Check the final weather data: show the first rows
setwd('C:\\Users\\Yang\\Desktop\\Research\\Work')
Weather_OK <- read.csv("Weather_OK_Final.csv")
head(Weather_OK)
## X Year Month Day Date Time DateTime Tair_Org RH_Org Precip_Org
## 1 1 2012 8 8 8/8/2012 0:00 1344402000 NA NA NA
## 2 2 2012 8 8 8/8/2012 0:15 1344402900 NA NA NA
## 3 3 2012 8 8 8/8/2012 0:30 1344403800 NA NA NA
## 4 4 2012 8 8 8/8/2012 0:45 1344404700 NA NA NA
## 5 5 2012 8 8 8/8/2012 1:00 1344405600 NA NA NA
## 6 6 2012 8 8 8/8/2012 1:15 1344406500 NA NA NA
## PAR_Org Tair_Ref RH_Ref Precip_Ref PAR_Ref Tair_Fill RH_Fill Precip_Fill
## 1 NA 23.9 87 0 0 1 1 1
## 2 NA 23.3 87 0 0 1 1 1
## 3 NA 23.3 89 0 0 1 1 1
## 4 NA 23.3 90 0 0 1 1 1
## 5 NA 22.8 90 0 0 1 1 1
## 6 NA 23.3 90 0 0 1 1 1
## PAR_Fill Tair_Final RH_Final Precip_Final PAR_Final
## 1 1 23.9 87 0 0
## 2 1 23.3 87 0 0
## 3 1 23.3 89 0 0
## 4 1 23.3 90 0 0
## 5 1 22.8 90 0 0
## 6 1 23.3 90 0 0
**Note: _org data are original weather data, _Ref data are from BROK data, _Final data are final used data (BROK data if original data are missing)**
Make histogram for each variable
hist(Weather_OK$Tair_Org)
hist(Weather_OK$Tair_Ref)
hist(Weather_OK$RH_Org)
hist(Weather_OK$RH_Ref)
hist(Weather_OK$Precip_Org)
hist(Weather_OK$Precip_Ref)
Convert extrme negative data to missing (NA)
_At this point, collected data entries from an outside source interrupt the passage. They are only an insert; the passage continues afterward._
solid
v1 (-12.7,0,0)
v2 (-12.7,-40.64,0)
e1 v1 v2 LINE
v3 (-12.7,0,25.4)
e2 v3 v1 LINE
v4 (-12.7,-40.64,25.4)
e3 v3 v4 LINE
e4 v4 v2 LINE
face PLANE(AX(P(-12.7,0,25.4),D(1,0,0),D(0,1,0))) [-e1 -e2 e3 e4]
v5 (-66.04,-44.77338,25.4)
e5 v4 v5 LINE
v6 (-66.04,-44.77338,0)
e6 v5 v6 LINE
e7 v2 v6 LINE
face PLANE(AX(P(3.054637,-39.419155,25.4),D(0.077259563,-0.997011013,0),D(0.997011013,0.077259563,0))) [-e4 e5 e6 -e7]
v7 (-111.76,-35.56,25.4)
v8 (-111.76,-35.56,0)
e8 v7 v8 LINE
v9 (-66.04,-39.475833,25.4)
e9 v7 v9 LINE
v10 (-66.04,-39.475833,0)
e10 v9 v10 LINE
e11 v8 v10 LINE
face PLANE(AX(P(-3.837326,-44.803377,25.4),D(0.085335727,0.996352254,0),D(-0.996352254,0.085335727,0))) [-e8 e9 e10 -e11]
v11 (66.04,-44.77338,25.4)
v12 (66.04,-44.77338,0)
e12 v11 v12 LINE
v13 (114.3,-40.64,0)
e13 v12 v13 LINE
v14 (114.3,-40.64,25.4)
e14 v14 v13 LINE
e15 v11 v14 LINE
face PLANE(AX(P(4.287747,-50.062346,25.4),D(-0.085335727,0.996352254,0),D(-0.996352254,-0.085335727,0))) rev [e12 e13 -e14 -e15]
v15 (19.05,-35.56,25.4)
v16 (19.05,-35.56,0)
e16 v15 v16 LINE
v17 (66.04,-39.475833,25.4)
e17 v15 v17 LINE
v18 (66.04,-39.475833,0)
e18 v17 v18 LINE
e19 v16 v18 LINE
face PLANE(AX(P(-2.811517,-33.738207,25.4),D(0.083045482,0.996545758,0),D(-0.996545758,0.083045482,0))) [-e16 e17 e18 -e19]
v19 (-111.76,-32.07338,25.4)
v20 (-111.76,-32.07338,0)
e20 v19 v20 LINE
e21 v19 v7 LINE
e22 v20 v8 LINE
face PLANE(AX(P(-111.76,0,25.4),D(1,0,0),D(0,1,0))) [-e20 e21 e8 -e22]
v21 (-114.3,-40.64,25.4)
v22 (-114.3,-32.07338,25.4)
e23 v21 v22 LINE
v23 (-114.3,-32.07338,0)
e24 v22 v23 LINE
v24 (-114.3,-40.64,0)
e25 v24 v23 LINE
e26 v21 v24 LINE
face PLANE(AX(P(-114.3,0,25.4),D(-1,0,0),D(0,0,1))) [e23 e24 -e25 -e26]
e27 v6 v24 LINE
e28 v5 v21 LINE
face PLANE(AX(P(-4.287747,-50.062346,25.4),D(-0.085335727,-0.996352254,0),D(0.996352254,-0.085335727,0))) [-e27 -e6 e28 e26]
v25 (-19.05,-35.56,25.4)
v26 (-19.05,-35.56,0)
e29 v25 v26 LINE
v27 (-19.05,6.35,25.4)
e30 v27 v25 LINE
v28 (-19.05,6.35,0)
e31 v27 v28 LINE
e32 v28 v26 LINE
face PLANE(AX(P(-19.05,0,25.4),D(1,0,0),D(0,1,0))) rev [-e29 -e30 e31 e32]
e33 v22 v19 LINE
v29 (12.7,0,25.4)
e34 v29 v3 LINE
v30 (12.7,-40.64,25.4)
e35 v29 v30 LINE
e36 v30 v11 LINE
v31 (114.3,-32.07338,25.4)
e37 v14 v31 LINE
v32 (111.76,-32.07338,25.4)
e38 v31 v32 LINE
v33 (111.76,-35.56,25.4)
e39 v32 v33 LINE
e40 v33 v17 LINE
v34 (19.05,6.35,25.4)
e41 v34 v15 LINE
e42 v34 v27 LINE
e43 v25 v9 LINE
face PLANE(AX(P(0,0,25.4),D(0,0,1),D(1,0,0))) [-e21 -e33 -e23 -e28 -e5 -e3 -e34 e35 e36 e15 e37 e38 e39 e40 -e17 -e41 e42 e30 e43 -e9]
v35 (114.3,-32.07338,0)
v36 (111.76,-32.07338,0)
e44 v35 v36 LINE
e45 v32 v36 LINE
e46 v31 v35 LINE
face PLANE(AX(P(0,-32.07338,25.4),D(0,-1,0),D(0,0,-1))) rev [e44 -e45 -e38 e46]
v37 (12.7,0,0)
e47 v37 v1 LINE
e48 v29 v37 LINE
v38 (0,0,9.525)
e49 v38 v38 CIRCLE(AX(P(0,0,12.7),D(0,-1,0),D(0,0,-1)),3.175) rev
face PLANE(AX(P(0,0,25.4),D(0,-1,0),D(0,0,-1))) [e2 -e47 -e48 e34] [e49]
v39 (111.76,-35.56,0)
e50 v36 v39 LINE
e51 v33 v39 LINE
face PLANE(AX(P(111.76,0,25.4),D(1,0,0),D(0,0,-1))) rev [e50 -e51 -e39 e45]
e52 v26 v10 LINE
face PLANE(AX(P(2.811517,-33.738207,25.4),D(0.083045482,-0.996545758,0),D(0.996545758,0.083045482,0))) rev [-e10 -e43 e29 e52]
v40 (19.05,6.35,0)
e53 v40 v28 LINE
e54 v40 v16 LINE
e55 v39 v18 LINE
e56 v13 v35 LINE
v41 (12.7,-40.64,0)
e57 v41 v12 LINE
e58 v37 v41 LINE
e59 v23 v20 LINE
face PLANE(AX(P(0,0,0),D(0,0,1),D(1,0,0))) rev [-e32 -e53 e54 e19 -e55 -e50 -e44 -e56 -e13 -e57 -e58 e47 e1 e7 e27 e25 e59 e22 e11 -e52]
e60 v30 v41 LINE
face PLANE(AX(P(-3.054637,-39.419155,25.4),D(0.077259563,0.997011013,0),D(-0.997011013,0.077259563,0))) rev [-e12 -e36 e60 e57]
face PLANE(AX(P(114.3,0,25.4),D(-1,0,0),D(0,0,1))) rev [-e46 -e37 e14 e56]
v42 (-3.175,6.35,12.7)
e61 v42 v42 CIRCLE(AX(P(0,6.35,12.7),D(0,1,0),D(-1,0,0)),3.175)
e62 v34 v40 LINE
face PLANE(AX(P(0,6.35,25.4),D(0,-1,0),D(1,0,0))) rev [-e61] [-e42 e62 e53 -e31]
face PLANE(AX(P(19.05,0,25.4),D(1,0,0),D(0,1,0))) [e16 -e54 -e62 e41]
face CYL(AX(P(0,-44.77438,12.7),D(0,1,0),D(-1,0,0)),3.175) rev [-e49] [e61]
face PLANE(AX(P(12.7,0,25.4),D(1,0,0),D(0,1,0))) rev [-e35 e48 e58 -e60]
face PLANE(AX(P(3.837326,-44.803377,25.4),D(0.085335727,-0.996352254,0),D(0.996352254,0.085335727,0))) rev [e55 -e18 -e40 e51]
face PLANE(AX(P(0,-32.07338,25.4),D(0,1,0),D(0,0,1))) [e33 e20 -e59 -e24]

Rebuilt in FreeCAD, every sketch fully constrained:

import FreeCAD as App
import Part
import Sketcher
from FreeCAD import Vector
Q = App.Units.Quantity

doc = App.newDocument("Part")
body = doc.addObject("PartDesign::Body", "Body")

sketch1 = body.newObject("Sketcher::SketchObject", "Sketch")
sketch1.AttachmentSupport = (doc.getObject("XY_Plane"), [""])
sketch1.MapMode = "FlatFace"
sketch1.addGeometry(Part.LineSegment(Vector(12.7, 0, 0), Vector(12.7, -40.6, 0)), False)
sketch1.addGeometry(Part.LineSegment(Vector(12.7, -40.6, 0), Vector(66, -44.8, 0)), False)
sketch1.addGeometry(Part.LineSegment(Vector(66, -44.8, 0), Vector(114.3, -40.6, 0)), False)
sketch1.addGeometry(Part.LineSegment(Vector(114.3, -40.6, 0), Vector(114.3, -32.1, 0)), False)
sketch1.addGeometry(Part.LineSegment(Vector(114.3, -32.1, 0), Vector(111.8, -32.1, 0)), False)
sketch1.addGeometry(Part.LineSegment(Vector(111.8, -32.1, 0), Vector(111.8, -35.6, 0)), False)
sketch1.addGeometry(Part.LineSegment(Vector(111.8, -35.6, 0), Vector(66, -39.5, 0)), False)
sketch1.addGeometry(Part.LineSegment(Vector(66, -39.5, 0), Vector(19.1, -35.6, 0)), False)
sketch1.addGeometry(Part.LineSegment(Vector(19.1, -35.6, 0), Vector(19.1, 6.3, 0)), False)
sketch1.addGeometry(Part.LineSegment(Vector(19.1, 6.3, 0), Vector(-19.1, 6.3, 0)), False)
sketch1.addGeometry(Part.LineSegment(Vector(-19.1, 6.3, 0), Vector(-19.1, -35.6, 0)), False)
sketch1.addGeometry(Part.LineSegment(Vector(-19.1, -35.6, 0), Vector(-66, -39.5, 0)), False)
sketch1.addGeometry(Part.LineSegment(Vector(-66, -39.5, 0), Vector(-111.8, -35.6, 0)), False)
sketch1.addGeometry(Part.LineSegment(Vector(-111.8, -35.6, 0), Vector(-111.8, -32.1, 0)), False)
sketch1.addGeometry(Part.LineSegment(Vector(-111.8, -32.1, 0), Vector(-114.3, -32.1, 0)), False)
sketch1.addGeometry(Part.LineSegment(Vector(-114.3, -32.1, 0), Vector(-114.3, -40.6, 0)), False)
sketch1.addGeometry(Part.LineSegment(Vector(-114.3, -40.6, 0), Vector(-66, -44.8, 0)), False)
sketch1.addGeometry(Part.LineSegment(Vector(-66, -44.8, 0), Vector(-12.7, -40.6, 0)), False)
sketch1.addGeometry(Part.LineSegment(Vector(-12.7, -40.6, 0), Vector(-12.7, 0, 0)), False)
sketch1.addGeometry(Part.LineSegment(Vector(-12.7, 0, 0), Vector(12.7, 0, 0)), False)
sketch1.addConstraint(Sketcher.Constraint("Coincident", 0, 2, 1, 1))
sketch1.addConstraint(Sketcher.Constraint("Coincident", 1, 2, 2, 1))
sketch1.addConstraint(Sketcher.Constraint("Coincident", 2, 2, 3, 1))
sketch1.addConstraint(Sketcher.Constraint("Coincident", 3, 2, 4, 1))
sketch1.addConstraint(Sketcher.Constraint("Coincident", 4, 2, 5, 1))
sketch1.addConstraint(Sketcher.Constraint("Coincident", 5, 2, 6, 1))
sketch1.addConstraint(Sketcher.Constraint("Coincident", 6, 2, 7, 1))
sketch1.addConstraint(Sketcher.Constraint("Coincident", 7, 2, 8, 1))
sketch1.addConstraint(Sketcher.Constraint("Coincident", 8, 2, 9, 1))
sketch1.addConstraint(Sketcher.Constraint("Coincident", 9, 2, 10, 1))
sketch1.addConstraint(Sketcher.Constraint("Coincident", 10, 2, 11, 1))
sketch1.addConstraint(Sketcher.Constraint("Coincident", 11, 2, 12, 1))
sketch1.addConstraint(Sketcher.Constraint("Coincident", 12, 2, 13, 1))
sketch1.addConstraint(Sketcher.Constraint("Coincident", 13, 2, 14, 1))
sketch1.addConstraint(Sketcher.Constraint("Coincident", 14, 2, 15, 1))
sketch1.addConstraint(Sketcher.Constraint("Coincident", 15, 2, 16, 1))
sketch1.addConstraint(Sketcher.Constraint("Coincident", 16, 2, 17, 1))
sketch1.addConstraint(Sketcher.Constraint("Coincident", 17, 2, 18, 1))
sketch1.addConstraint(Sketcher.Constraint("Coincident", 18, 2, 19, 1))
sketch1.addConstraint(Sketcher.Constraint("Coincident", 19, 2, 0, 1))
sketch1.addConstraint(Sketcher.Constraint("Vertical", 0))
sketch1.addConstraint(Sketcher.Constraint("Vertical", 3))
sketch1.addConstraint(Sketcher.Constraint("Horizontal", 4))
sketch1.addConstraint(Sketcher.Constraint("Vertical", 5))
sketch1.addConstraint(Sketcher.Constraint("Vertical", 8))
sketch1.addConstraint(Sketcher.Constraint("Horizontal", 9))
sketch1.addConstraint(Sketcher.Constraint("Vertical", 10))
sketch1.addConstraint(Sketcher.Constraint("Vertical", 13))
sketch1.addConstraint(Sketcher.Constraint("Horizontal", 14))
sketch1.addConstraint(Sketcher.Constraint("Vertical", 15))
sketch1.addConstraint(Sketcher.Constraint("Vertical", 18))
sketch1.addConstraint(Sketcher.Constraint("Horizontal", 19))
sketch1.addConstraint(Sketcher.Constraint("Symmetric", 18, 2, 19, 2, -1, 1))
sketch1.addConstraint(Sketcher.Constraint("Symmetric", 7, 2, 10, 2, -2))
sketch1.addConstraint(Sketcher.Constraint("Symmetric", 6, 2, 11, 2, -2))
sketch1.addConstraint(Sketcher.Constraint("Symmetric", 5, 2, 12, 2, -2))
sketch1.addConstraint(Sketcher.Constraint("Symmetric", 3, 2, 14, 2, -2))
sketch1.addConstraint(Sketcher.Constraint("Symmetric", 1, 2, 16, 2, -2))
sketch1.addConstraint(Sketcher.Constraint("Parallel", 2, 6))
sketch1.addConstraint(Sketcher.Constraint("Parallel", 12, 16))
sketch1.addConstraint(Sketcher.Constraint("Horizontal", 0, 2, 2, 2))
sketch1.addConstraint(Sketcher.Constraint("Horizontal", 5, 2, 7, 2))
sketch1.addConstraint(Sketcher.Constraint("Horizontal", 15, 2, 17, 2))
sketch1.addConstraint(Sketcher.Constraint("Vertical", 1, 2, 6, 2))
sketch1.addConstraint(Sketcher.Constraint("DistanceX", 19, 1, 19, 2, Q("1 in")))
sketch1.addConstraint(Sketcher.Constraint("DistanceX", 4, 2, 4, 1, Q("0.1 in")))
sketch1.addConstraint(Sketcher.Constraint("DistanceX", 9, 2, 9, 1, Q("1.5 in")))
sketch1.addConstraint(Sketcher.Constraint("DistanceY", 0, 2, 0, 1, Q("1.6 in")))
sketch1.addConstraint(Sketcher.Constraint("DistanceX", 0, 2, 2, 2, Q("4 in")))
sketch1.addConstraint(Sketcher.Constraint("DistanceY", 8, 1, 8, 2, Q("1.65 in")))
sketch1.addConstraint(Sketcher.Constraint("DistanceX", -1, 1, 1, 2, Q("2.6 in")))
sketch1.addConstraint(Sketcher.Constraint("DistanceY", 5, 2, -1, 1, Q("1.4 in")))
sketch1.addConstraint(Sketcher.Constraint("DistanceY", 1, 2, 3, 2, Q("0.5 in")))
sketch1.addConstraint(Sketcher.Constraint("DistanceY", 3, 1, 3, 2, 8.56662))
pad1 = body.newObject("PartDesign::Pad", "Pad")
pad1.Profile = sketch1
pad1.Length = Q("1 in")

sketch2 = body.newObject("Sketcher::SketchObject", "Sketch001")
sketch2.AttachmentSupport = (doc.getObject("XZ_Plane"), [""])
sketch2.MapMode = "FlatFace"
sketch2.AttachmentOffset = App.Placement(Vector(0, 0, -0.25 * 25.4), App.Rotation())
sketch2.addGeometry(Part.Circle(Vector(0, 12.7, 0), Vector(0, 0, 1), 3.2), False)
sketch2.addConstraint(Sketcher.Constraint("PointOnObject", 0, 3, -2))
sketch2.addConstraint(Sketcher.Constraint("Diameter", 0, Q("0.25 in")))
sketch2.addConstraint(Sketcher.Constraint("DistanceY", -1, 1, 0, 3, Q("0.5 in")))
pocket1 = body.newObject("PartDesign::Pocket", "Pocket")
pocket1.Profile = sketch2
pocket1.Type = "UpToFirst"
pocket1.Reversed = True

doc.recompute()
Weather_OK$Precip_Org[Weather_OK$Precip_Org<0] <- NA
Weather_OK$Precip_Ref[Weather_OK$Precip_Ref<0] <- NA
Weather_OK$RH_Org[Weather_OK$RH_Org<0] <- NA
Weather_OK$RH_Ref[Weather_OK$RH_Ref<0] <- NA
Fill Ref data to Final data if Org data are missing
Weather_OK$Tair_Fill <- NA
Weather_OK$Tair_Fill <- ifelse(is.na(Weather_OK$Tair_Org), 1, 0)
Weather_OK$RH_Fill <- NA
Weather_OK$RH_Fill <- ifelse(is.na(Weather_OK$RH_Org), 1, 0)
Weather_OK$Precip_Fill <- NA
Weather_OK$Precip_Fill <- ifelse(is.na(Weather_OK$Precip_Org), 1, 0)
Weather_OK$PAR_Fill <- NA
Weather_OK$PAR_Fill <- ifelse(is.na(Weather_OK$PAR_Org), 1, 0)
Weather_OK$Tair_Final <- NA
Weather_OK$Tair_Final <- ifelse(is.na(Weather_OK$Tair_Org), Weather_OK$Tair_Ref, Weather_OK$Tair_Org)
Weather_OK$RH_Final <- NA
Weather_OK$RH_Final <- ifelse(is.na(Weather_OK$RH_Org), Weather_OK$RH_Ref, Weather_OK$RH_Org)
Weather_OK$Precip_Final <- NA
Weather_OK$Precip_Final <- ifelse(is.na(Weather_OK$Precip_Org), Weather_OK$Precip_Ref, Weather_OK$Precip_Org)
Weather_OK$PAR_Final <- NA
Weather_OK$PAR_Final <- ifelse(is.na(Weather_OK$PAR_Org), Weather_OK$PAR_Ref, Weather_OK$PAR_Org)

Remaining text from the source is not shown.